- [Records shown]:
Segment Open
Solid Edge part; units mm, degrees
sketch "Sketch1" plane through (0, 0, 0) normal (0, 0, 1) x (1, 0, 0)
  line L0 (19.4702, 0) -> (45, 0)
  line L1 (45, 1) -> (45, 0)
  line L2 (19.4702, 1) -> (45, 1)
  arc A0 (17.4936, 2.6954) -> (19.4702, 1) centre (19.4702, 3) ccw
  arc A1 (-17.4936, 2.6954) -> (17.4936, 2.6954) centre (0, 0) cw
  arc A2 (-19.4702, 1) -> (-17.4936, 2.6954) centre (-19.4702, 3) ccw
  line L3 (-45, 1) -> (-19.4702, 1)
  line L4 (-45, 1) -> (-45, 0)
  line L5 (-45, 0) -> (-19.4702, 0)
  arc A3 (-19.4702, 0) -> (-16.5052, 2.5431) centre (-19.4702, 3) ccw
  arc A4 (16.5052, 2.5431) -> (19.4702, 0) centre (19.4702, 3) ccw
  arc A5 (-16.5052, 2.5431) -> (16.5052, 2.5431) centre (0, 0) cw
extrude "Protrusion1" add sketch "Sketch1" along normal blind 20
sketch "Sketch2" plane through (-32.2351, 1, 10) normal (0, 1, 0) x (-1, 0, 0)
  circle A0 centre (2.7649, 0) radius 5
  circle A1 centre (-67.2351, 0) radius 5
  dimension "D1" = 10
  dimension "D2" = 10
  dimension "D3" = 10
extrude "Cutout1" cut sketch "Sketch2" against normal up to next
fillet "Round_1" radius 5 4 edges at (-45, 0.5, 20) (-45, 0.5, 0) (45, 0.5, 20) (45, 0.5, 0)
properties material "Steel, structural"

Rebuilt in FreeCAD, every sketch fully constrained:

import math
import FreeCAD as App
import Part
import Sketcher
from FreeCAD import Vector
Q = App.Units.Quantity


def edges_at(feature, points):
    """Names of the edges that pass closest to the given points."""
    edges = feature.Shape.Edges
    near = lambda p: min(range(len(edges)), key=lambda i: edges[i].distToShape(Part.Vertex(*p))[0])
    return sorted({f"Edge{near(p) + 1}" for p in points})

doc = App.newDocument("Part")
body = doc.addObject("PartDesign::Body", "Body")

# Sketch on XY plane
sketch1 = doc.addObject("Sketcher::SketchObject", "Sketch")
body.addObject(sketch1)
sketch1.AttachmentSupport = (doc.XY_Plane, [""])
sketch1.MapMode = "FlatFace"
sketch1.addGeometry(Part.ArcOfCircle(Part.Circle(Vector(19.5, 3, 0), Vector(0, 0, 1), 3), math.radians(-171), math.radians(-90)), False)
sketch1.addGeometry(Part.LineSegment(Vector(19.5, 0, 0), Vector(45, 0, 0)), False)
sketch1.addGeometry(Part.LineSegment(Vector(45, 0, 0), Vector(45, 1, 0)), False)
sketch1.addGeometry(Part.LineSegment(Vector(45, 1, 0), Vector(19.5, 1, 0)), False)
sketch1.addGeometry(Part.ArcOfCircle(Part.Circle(Vector(19.5, 3, 0), Vector(0, 0, 1), 2), math.radians(-171), math.radians(-90)), False)
sketch1.addGeometry(Part.ArcOfCircle(Part.Circle(Vector(0, 0, 0), Vector(0, 0, 1), 17.7), math.radians(9), math.radians(171)), False)
sketch1.addGeometry(Part.ArcOfCircle(Part.Circle(Vector(-19.5, 3, 0), Vector(0, 0, 1), 2), math.radians(-90), math.radians(-9)), False)
sketch1.addGeometry(Part.LineSegment(Vector(-19.5, 1, 0), Vector(-45, 1, 0)), False)
sketch1.addGeometry(Part.LineSegment(Vector(-45, 1, 0), Vector(-45, 0, 0)), False)
sketch1.addGeometry(Part.LineSegment(Vector(-45, 0, 0), Vector(-19.5, 0, 0)), False)
sketch1.addGeometry(Part.ArcOfCircle(Part.Circle(Vector(-19.5, 3, 0), Vector(0, 0, 1), 3), math.radians(-90), math.radians(-9)), False)
sketch1.addGeometry(Part.ArcOfCircle(Part.Circle(Vector(0, 0, 0), Vector(0, 0, 1), 16.7), math.radians(9), math.radians(171)), False)
sketch1.addConstraint(Sketcher.Constraint("Tangent", 0, 2, 1, 1))
sketch1.addConstraint(Sketcher.Constraint("Coincident", 1, 2, 2, 1))
sketch1.addConstraint(Sketcher.Constraint("Coincident", 2, 2, 3, 1))
sketch1.addConstraint(Sketcher.Constraint("Tangent", 3, 2, 4, 2))
sketch1.addConstraint(Sketcher.Constraint("Tangent", 4, 1, 5, 1))
sketch1.addConstraint(Sketcher.Constraint("Tangent", 5, 2, 6, 2))
sketch1.addConstraint(Sketcher.Constraint("Tangent", 6, 1, 7, 1))
sketch1.addConstraint(Sketcher.Constraint("Coincident", 7, 2, 8, 1))
sketch1.addConstraint(Sketcher.Constraint("Coincident", 8, 2, 9, 1))
sketch1.addConstraint(Sketcher.Constraint("Tangent", 9, 2, 10, 1))
sketch1.addConstraint(Sketcher.Constraint("Tangent", 10, 2, 11, 2))
sketch1.addConstraint(Sketcher.Constraint("Tangent", 11, 1, 0, 1))
sketch1.addConstraint(Sketcher.Constraint("Horizontal", 1))
sketch1.addConstraint(Sketcher.Constraint("Vertical", 2))
sketch1.addConstraint(Sketcher.Constraint("Horizontal", 3))
sketch1.addConstraint(Sketcher.Constraint("Horizontal", 7))
sketch1.addConstraint(Sketcher.Constraint("Vertical", 8))
sketch1.addConstraint(Sketcher.Constraint("Horizontal", 9))
sketch1.addConstraint(Sketcher.Constraint("Coincident", 5, 3, -1, 1))
sketch1.addConstraint(Sketcher.Constraint("Coincident", 11, 3, -1, 1))
sketch1.addConstraint(Sketcher.Constraint("Coincident", 4, 3, 0, 3))
sketch1.addConstraint(Sketcher.Constraint("Coincident", 10, 3, 6, 3))
sketch1.addConstraint(Sketcher.Constraint("Equal", 4, 6))
sketch1.addConstraint(Sketcher.Constraint("Symmetric", 1, 2, 8, 2, -1, 1))
sketch1.addConstraint(Sketcher.Constraint("PointOnObject", 0, 2, -1))
sketch1.addConstraint(Sketcher.Constraint("Radius", 0, Q("3 mm")))
sketch1.addConstraint(Sketcher.Constraint("Radius", 4, Q("2 mm")))
sketch1.addConstraint(Sketcher.Constraint("Radius", 5, Q("17.7 mm")))
sketch1.addConstraint(Sketcher.Constraint("DistanceX", -1, 1, 1, 2, Q("45 mm")))
pad1 = doc.addObject("PartDesign::Pad", "Pad")
body.addObject(pad1)
pad1.Profile = sketch1
pad1.Length = 20

# Sketch on XZ plane
sketch2 = doc.addObject("Sketcher::SketchObject", "Sketch001")
body.addObject(sketch2)
sketch2.AttachmentSupport = (doc.XZ_Plane, [""])
sketch2.MapMode = "FlatFace"
sketch2.AttachmentOffset = App.Placement(Vector(0, 0, -1), App.Rotation())
sketch2.addGeometry(Part.Circle(Vector(-35, 10, 0), Vector(0, 0, 1), 5), False)
sketch2.addGeometry(Part.Circle(Vector(35, 10, 0), Vector(0, 0, 1), 5), False)
sketch2.addConstraint(Sketcher.Constraint("Equal", 0, 1))
sketch2.addConstraint(Sketcher.Constraint("Symmetric", 0, 3, 1, 3, -2))
sketch2.addConstraint(Sketcher.Constraint("Diameter", 0, Q("10 mm")))
sketch2.addConstraint(Sketcher.Constraint("DistanceX", 0, 3, -1, 1, Q("35 mm")))
sketch2.addConstraint(Sketcher.Constraint("DistanceY", -1, 1, 0, 3, Q("10 mm")))
pocket1 = doc.addObject("PartDesign::Pocket", "Pocket")
body.addObject(pocket1)
pocket1.Profile = sketch2
pocket1.Length = 1
pocket1.Reversed = True
doc.recompute()

fillet = doc.addObject("PartDesign::Fillet", "Fillet")
body.addObject(fillet)
fillet.Base = (pocket1, edges_at(pocket1, [
    (-45, 0.5, 20),
    (-45, 0.5, 0),
    (45, 0.5, 20),
    (45, 0.5, 0),
]))
fillet.Radius = 5

doc.recompute()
Segment Closed
- [Work request]:
Copy out the lines above exactly, beginning at the one that contains "arc A4 (16.5052, 2.5431)" and ending at the one that contains "normal up to next".

- [Output]:
  arc A4 (16.5052, 2.5431) -> (19.4702, 0) centre (19.4702, 3) ccw
  arc A5 (-16.5052, 2.5431) -> (16.5052, 2.5431) centre (0, 0) cw
extrude "Protrusion1" add sketch "Sketch1" along normal blind 20
sketch "Sketch2" plane through (-32.2351, 1, 10) normal (0, 1, 0) x (-1, 0, 0)
  circle A0 centre (2.7649, 0) radius 5
  circle A1 centre (-67.2351, 0) radius 5
  dimension "D1" = 10
  dimension "D2" = 10
  dimension "D3" = 10
extrude "Cutout1" cut sketch "Sketch2" against normal up to next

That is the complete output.